- _Exercise_
Return, exactly and in full, the lines of the records below starting at the one with "f 368 120 147" and ending at the one with "f 641 482 481", and no other lines.

- _Records provided_
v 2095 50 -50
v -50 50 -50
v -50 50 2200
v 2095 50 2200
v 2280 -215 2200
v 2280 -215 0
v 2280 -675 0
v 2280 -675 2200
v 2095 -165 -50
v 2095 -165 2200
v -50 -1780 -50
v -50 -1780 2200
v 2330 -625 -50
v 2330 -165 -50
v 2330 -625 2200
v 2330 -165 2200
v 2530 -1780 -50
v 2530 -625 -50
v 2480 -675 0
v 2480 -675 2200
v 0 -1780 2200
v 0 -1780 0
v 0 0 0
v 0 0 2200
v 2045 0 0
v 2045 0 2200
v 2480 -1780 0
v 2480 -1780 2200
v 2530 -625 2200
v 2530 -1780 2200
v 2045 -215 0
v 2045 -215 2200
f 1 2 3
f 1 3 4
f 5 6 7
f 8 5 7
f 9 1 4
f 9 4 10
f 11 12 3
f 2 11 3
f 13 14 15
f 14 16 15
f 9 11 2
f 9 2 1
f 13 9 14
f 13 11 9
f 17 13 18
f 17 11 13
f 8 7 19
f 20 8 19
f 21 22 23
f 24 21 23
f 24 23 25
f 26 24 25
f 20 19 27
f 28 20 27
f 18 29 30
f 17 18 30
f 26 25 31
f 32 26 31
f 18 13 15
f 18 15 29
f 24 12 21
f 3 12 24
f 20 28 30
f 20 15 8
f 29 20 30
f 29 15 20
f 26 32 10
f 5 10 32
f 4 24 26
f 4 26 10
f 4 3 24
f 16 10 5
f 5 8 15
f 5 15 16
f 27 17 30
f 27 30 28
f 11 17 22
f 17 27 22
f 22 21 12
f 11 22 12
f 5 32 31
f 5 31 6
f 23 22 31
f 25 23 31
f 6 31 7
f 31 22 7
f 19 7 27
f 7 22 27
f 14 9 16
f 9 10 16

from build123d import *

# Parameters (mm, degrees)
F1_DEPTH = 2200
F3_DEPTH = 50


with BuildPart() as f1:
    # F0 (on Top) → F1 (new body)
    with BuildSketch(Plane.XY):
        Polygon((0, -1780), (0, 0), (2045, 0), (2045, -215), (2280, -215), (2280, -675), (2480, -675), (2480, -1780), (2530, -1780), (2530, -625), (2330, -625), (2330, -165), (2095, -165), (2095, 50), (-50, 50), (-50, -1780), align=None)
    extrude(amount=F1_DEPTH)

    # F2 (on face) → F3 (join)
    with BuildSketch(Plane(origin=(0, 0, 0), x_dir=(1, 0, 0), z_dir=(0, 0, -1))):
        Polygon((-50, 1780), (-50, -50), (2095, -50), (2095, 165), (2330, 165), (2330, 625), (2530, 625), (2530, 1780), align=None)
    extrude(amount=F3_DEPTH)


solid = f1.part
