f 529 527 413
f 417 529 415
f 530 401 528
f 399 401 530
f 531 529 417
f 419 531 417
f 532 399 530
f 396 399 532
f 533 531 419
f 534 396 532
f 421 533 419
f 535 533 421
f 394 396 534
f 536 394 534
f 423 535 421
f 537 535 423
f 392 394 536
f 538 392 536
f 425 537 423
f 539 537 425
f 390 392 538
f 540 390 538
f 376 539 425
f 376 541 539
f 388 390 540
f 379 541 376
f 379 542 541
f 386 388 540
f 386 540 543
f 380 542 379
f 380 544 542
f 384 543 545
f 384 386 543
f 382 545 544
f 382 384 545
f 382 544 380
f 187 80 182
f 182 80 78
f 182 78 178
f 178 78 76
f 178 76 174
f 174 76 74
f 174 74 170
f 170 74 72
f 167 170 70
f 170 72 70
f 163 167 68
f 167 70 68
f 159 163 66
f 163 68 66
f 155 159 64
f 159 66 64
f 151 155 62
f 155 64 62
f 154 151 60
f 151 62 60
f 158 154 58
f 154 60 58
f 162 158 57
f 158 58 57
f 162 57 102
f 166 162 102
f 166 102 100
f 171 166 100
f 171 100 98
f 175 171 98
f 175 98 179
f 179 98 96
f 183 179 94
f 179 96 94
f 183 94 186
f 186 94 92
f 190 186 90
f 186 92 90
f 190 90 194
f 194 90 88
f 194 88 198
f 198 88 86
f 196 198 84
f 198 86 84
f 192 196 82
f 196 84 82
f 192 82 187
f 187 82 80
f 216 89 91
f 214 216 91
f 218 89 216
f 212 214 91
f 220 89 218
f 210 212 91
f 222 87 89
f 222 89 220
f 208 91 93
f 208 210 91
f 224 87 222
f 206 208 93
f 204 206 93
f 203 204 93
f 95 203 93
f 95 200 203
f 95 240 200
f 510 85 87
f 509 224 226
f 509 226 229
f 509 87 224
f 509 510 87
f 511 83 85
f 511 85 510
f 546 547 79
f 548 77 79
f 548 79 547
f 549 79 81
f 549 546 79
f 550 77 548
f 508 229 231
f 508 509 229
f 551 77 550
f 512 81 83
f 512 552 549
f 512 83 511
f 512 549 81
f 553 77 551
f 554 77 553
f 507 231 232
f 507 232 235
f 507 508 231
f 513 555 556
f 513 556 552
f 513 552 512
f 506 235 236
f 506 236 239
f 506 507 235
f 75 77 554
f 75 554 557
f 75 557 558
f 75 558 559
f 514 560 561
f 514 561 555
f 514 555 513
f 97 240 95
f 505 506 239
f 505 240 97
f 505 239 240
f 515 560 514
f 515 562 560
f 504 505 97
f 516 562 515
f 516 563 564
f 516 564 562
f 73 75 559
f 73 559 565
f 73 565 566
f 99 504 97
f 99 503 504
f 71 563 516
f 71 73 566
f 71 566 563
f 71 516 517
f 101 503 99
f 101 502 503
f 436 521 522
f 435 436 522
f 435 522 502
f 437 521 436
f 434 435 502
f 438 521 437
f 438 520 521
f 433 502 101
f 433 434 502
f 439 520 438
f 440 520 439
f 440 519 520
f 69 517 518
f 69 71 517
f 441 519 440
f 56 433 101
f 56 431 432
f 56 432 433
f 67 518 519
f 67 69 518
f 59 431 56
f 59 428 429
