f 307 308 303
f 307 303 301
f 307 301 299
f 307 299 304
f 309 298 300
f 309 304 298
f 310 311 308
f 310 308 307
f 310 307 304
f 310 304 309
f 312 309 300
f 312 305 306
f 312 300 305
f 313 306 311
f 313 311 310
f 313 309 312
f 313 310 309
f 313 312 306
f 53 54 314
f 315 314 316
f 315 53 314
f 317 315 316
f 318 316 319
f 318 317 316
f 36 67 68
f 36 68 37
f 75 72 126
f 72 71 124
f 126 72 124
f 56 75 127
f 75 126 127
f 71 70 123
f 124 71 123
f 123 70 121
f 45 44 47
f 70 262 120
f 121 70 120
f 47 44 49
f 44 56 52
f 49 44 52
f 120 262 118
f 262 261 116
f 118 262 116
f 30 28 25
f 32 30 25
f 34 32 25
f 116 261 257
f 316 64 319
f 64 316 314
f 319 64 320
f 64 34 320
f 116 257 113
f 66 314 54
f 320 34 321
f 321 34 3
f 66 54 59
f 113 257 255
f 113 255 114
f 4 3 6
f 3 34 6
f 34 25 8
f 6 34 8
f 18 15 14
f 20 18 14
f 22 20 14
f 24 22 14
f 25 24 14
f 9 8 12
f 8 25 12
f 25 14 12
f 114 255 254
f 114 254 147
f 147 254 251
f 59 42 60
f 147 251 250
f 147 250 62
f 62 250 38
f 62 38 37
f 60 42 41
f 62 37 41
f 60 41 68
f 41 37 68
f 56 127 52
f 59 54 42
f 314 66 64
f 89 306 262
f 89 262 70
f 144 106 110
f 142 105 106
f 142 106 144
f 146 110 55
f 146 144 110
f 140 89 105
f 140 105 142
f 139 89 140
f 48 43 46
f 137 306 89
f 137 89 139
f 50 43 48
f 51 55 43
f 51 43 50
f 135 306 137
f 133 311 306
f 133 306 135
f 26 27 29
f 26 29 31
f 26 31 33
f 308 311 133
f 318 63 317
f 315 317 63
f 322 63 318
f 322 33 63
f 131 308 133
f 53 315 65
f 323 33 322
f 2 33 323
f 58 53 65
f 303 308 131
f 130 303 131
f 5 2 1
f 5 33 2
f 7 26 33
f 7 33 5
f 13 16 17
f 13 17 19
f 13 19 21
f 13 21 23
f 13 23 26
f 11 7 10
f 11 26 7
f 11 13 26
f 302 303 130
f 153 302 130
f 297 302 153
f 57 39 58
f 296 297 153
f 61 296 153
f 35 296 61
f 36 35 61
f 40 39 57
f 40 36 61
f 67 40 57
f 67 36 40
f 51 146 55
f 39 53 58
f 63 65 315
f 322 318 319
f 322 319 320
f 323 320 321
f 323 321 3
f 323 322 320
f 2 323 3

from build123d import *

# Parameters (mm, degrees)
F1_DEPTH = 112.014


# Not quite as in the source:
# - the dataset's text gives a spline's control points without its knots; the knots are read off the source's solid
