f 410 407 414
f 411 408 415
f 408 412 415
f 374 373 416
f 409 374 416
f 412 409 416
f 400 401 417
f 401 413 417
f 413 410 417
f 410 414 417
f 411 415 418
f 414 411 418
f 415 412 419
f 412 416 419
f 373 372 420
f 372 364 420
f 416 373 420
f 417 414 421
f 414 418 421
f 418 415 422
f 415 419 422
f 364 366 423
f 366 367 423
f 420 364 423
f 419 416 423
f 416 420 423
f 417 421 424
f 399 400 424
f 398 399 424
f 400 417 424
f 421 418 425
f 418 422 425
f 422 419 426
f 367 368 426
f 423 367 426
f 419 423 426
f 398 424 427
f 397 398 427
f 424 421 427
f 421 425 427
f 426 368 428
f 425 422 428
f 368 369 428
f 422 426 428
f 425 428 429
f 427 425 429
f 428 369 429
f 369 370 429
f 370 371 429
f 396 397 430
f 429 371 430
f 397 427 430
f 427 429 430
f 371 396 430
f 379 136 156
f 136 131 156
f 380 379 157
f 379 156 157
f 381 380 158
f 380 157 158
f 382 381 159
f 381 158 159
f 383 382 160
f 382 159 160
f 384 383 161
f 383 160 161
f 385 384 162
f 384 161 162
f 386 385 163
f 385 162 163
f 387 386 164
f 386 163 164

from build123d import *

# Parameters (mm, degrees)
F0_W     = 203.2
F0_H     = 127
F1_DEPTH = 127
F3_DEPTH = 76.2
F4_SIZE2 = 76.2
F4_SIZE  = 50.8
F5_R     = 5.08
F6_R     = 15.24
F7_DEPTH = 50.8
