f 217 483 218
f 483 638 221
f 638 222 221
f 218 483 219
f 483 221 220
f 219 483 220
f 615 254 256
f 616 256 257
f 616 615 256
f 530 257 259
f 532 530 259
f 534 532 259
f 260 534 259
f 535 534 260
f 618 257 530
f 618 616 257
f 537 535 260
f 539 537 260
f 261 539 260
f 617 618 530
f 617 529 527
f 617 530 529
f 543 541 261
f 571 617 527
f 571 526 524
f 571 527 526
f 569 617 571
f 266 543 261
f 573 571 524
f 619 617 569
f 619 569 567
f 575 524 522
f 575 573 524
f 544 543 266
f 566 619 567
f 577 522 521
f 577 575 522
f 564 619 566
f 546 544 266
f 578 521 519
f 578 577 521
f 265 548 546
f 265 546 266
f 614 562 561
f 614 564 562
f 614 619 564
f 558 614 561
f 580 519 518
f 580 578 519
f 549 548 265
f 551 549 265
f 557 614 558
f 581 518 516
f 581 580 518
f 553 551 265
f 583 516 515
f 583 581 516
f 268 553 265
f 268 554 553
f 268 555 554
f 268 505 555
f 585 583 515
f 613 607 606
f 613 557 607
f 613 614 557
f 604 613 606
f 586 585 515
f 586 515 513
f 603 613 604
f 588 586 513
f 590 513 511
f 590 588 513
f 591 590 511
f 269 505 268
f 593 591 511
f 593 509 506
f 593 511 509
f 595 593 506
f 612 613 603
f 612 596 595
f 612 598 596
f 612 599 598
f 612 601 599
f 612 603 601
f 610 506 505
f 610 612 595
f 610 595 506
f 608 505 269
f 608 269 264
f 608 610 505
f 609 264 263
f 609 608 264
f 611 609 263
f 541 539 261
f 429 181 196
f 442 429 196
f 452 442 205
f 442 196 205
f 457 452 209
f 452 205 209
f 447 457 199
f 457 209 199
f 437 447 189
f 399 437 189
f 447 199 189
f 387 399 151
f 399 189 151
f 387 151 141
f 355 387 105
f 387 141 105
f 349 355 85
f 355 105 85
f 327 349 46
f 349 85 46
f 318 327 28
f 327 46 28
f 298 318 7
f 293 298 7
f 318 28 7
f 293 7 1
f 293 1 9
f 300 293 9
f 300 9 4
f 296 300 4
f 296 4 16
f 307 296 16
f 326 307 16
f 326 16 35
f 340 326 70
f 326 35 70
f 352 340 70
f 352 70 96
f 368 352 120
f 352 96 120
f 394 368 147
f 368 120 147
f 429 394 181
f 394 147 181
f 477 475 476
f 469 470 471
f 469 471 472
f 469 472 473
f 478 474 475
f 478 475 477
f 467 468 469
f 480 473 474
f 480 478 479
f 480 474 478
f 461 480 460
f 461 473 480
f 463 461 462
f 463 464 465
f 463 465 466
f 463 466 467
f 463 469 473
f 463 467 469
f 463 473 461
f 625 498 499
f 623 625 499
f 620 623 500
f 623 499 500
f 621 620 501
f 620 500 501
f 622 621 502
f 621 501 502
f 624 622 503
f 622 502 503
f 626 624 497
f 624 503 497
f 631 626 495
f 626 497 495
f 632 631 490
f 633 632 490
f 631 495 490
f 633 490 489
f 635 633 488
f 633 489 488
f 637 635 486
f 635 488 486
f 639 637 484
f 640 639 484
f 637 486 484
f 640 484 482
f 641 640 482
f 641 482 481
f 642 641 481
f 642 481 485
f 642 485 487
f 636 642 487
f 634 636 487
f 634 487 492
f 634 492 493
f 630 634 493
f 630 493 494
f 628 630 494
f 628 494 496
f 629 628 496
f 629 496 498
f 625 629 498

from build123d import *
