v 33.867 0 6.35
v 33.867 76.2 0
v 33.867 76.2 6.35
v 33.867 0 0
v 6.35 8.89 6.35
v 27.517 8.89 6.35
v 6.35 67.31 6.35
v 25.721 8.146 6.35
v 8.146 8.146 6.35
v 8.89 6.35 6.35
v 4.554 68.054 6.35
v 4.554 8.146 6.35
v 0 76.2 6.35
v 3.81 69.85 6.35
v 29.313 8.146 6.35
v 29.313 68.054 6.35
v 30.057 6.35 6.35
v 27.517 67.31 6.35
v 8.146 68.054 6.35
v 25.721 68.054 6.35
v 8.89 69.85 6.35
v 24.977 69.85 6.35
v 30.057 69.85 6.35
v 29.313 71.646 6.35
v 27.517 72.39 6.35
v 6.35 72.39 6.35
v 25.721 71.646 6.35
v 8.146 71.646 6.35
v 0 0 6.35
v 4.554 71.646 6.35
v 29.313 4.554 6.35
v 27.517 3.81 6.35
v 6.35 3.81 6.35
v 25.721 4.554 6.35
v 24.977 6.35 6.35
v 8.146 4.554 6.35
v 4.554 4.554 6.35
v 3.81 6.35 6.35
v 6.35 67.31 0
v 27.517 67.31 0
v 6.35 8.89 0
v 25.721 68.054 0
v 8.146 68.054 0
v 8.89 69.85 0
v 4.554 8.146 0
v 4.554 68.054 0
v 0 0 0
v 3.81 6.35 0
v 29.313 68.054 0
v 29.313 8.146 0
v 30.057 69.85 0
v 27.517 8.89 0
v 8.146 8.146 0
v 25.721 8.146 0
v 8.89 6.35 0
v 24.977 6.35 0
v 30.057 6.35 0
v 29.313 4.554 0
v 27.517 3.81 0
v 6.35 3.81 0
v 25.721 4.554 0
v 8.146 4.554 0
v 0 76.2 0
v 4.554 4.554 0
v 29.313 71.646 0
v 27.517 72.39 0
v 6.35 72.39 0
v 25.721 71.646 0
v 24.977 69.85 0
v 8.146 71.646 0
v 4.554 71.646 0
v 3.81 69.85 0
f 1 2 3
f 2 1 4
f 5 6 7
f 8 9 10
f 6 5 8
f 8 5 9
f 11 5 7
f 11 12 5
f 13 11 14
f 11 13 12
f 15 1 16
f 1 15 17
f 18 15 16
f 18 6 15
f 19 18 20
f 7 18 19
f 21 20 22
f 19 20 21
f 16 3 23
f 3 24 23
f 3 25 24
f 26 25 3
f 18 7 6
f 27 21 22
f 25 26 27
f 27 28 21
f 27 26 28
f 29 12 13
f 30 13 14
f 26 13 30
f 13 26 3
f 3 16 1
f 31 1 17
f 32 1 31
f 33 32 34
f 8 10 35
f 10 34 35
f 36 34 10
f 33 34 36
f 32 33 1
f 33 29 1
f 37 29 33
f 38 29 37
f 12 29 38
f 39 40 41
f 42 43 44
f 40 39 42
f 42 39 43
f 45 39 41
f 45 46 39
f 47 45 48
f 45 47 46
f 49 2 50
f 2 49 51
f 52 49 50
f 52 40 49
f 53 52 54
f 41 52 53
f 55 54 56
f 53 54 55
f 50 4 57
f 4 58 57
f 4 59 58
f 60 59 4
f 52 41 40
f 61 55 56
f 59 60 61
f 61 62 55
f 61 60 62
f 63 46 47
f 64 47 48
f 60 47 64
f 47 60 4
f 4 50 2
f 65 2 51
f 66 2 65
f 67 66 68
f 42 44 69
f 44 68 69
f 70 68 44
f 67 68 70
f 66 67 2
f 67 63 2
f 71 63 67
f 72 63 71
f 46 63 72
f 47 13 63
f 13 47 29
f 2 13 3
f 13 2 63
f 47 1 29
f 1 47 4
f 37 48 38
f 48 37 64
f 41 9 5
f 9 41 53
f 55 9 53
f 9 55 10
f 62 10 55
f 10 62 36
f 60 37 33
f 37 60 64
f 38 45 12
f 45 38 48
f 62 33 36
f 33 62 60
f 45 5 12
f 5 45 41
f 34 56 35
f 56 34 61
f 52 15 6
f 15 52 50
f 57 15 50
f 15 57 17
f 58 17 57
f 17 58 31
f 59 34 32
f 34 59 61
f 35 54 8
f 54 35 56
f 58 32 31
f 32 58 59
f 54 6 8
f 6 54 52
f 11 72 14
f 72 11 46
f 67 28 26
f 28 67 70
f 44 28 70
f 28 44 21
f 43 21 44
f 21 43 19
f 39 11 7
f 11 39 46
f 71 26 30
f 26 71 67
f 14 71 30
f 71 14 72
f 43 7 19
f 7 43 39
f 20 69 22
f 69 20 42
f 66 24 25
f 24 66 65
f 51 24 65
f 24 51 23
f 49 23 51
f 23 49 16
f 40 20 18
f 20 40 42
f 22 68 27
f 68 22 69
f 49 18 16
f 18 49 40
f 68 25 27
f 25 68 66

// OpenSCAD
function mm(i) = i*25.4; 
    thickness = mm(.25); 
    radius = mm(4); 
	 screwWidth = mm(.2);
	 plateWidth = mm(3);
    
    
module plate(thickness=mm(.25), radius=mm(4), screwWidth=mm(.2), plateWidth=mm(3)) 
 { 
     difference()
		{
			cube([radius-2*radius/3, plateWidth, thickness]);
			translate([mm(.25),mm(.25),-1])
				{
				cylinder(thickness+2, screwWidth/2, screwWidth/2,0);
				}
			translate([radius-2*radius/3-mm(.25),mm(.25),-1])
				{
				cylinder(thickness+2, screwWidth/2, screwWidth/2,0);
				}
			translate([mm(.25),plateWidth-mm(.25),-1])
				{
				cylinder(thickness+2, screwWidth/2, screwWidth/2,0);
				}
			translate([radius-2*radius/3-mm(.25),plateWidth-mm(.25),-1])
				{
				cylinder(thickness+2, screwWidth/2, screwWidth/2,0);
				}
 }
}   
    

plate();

- _Result for this exercise_
f 368 120 147
f 429 394 181
f 394 147 181
f 477 475 476
f 469 470 471
f 469 471 472
f 469 472 473
f 478 474 475
f 478 475 477
f 467 468 469
f 480 473 474
f 480 478 479
f 480 474 478
f 461 480 460
f 461 473 480
f 463 461 462
f 463 464 465
f 463 465 466
f 463 466 467
f 463 469 473
f 463 467 469
f 463 473 461
f 625 498 499
f 623 625 499
f 620 623 500
f 623 499 500
f 621 620 501
f 620 500 501
f 622 621 502
f 621 501 502
f 624 622 503
f 622 502 503
f 626 624 497
f 624 503 497
f 631 626 495
f 626 497 495
f 632 631 490
f 633 632 490
f 631 495 490
f 633 490 489
f 635 633 488
f 633 489 488
f 637 635 486
f 635 488 486
f 639 637 484
f 640 639 484
f 637 486 484
f 640 484 482
f 641 640 482
f 641 482 481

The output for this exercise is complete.